:: Exercise goal ::
Since only part of the material is needed, please repeat exactly the line that includes "f 222 177 221" and every line after it, up to the last.

== Segment start ==

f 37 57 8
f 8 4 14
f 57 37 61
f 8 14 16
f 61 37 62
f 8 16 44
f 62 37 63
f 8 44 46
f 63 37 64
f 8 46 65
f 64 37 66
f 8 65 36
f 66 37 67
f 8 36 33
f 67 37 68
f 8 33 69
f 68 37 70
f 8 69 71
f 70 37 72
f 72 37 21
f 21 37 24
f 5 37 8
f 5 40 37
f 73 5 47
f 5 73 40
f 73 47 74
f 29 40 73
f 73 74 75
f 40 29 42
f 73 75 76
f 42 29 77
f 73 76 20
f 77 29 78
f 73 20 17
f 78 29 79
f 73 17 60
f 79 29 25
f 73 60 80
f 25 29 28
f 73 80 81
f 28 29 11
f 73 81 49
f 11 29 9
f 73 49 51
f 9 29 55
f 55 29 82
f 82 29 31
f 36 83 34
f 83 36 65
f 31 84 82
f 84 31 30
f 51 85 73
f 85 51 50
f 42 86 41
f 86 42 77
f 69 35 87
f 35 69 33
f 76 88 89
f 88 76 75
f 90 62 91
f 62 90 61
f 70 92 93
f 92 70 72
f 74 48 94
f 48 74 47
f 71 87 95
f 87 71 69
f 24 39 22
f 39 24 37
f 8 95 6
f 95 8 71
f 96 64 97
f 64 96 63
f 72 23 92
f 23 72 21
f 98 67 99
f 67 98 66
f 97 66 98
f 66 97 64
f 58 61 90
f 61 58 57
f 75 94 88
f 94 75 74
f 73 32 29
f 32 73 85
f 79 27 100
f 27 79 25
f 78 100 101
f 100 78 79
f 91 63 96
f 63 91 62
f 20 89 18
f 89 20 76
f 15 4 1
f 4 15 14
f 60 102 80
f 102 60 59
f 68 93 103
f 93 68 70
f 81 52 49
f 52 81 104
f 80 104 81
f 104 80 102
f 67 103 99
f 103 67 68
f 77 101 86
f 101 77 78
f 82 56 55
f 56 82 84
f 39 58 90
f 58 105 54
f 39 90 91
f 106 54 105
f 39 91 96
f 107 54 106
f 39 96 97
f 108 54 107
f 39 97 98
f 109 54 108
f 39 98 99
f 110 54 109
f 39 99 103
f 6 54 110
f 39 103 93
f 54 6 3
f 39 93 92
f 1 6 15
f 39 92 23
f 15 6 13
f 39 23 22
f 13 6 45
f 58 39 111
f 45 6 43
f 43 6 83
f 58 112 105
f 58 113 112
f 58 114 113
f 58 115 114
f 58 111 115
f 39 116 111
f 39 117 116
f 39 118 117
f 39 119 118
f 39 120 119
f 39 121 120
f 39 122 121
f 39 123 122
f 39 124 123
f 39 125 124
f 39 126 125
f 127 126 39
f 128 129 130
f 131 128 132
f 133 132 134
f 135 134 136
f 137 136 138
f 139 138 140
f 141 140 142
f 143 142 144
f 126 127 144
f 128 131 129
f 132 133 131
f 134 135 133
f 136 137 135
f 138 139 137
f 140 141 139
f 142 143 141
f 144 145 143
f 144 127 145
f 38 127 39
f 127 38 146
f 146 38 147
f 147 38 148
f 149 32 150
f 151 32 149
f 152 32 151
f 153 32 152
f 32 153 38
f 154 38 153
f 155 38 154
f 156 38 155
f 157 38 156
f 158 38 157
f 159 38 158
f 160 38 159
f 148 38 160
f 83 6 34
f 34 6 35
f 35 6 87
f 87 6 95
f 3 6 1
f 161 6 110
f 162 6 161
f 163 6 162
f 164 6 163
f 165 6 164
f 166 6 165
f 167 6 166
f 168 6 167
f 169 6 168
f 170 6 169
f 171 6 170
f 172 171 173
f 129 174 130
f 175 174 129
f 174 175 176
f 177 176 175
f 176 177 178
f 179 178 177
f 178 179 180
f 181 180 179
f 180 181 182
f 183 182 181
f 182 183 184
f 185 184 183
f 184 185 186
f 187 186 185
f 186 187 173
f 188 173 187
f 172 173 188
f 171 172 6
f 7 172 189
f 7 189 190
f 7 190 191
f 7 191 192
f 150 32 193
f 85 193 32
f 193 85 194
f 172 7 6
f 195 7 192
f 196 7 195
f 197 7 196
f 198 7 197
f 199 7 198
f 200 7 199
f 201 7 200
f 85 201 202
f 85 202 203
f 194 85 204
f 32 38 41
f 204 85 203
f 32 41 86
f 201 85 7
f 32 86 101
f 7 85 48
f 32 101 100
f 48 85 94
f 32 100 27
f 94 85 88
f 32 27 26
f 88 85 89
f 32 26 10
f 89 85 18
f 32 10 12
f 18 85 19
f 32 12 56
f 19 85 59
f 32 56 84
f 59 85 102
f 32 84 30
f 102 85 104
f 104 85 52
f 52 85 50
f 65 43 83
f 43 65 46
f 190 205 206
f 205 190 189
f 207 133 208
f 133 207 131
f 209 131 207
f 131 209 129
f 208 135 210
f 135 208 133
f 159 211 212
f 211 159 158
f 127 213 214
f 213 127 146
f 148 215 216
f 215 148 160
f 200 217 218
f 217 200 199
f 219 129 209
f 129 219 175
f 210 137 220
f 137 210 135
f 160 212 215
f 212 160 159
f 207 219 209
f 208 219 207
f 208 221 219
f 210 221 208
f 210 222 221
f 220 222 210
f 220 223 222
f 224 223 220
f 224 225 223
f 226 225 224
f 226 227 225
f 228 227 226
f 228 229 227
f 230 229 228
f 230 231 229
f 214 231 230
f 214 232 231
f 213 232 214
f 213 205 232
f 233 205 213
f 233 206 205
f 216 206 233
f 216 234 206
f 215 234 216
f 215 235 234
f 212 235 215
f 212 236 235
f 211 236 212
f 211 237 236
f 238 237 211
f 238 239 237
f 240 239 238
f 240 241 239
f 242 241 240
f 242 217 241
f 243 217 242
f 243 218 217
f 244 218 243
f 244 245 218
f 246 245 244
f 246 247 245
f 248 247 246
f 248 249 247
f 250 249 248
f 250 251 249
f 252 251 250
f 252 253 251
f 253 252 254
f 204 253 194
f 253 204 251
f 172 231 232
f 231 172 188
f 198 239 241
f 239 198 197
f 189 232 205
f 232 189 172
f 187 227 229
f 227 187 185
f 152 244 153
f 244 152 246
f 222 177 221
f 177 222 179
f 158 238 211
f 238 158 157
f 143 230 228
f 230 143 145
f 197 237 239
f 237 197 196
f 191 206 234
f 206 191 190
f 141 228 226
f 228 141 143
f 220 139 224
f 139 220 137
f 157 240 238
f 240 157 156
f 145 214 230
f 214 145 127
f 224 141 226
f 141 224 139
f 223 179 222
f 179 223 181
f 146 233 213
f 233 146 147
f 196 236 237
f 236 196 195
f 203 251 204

== Segment end ==

:: Output of the task ::
f 222 177 221
f 177 222 179
f 158 238 211
f 238 158 157
f 143 230 228
f 230 143 145
f 197 237 239
f 237 197 196
f 191 206 234
f 206 191 190
f 141 228 226
f 228 141 143
f 220 139 224
f 139 220 137
f 157 240 238
f 240 157 156
f 145 214 230
f 214 145 127
f 224 141 226
f 141 224 139
f 223 179 222
f 179 223 181
f 146 233 213
f 233 146 147
f 196 236 237
f 236 196 195
f 203 251 204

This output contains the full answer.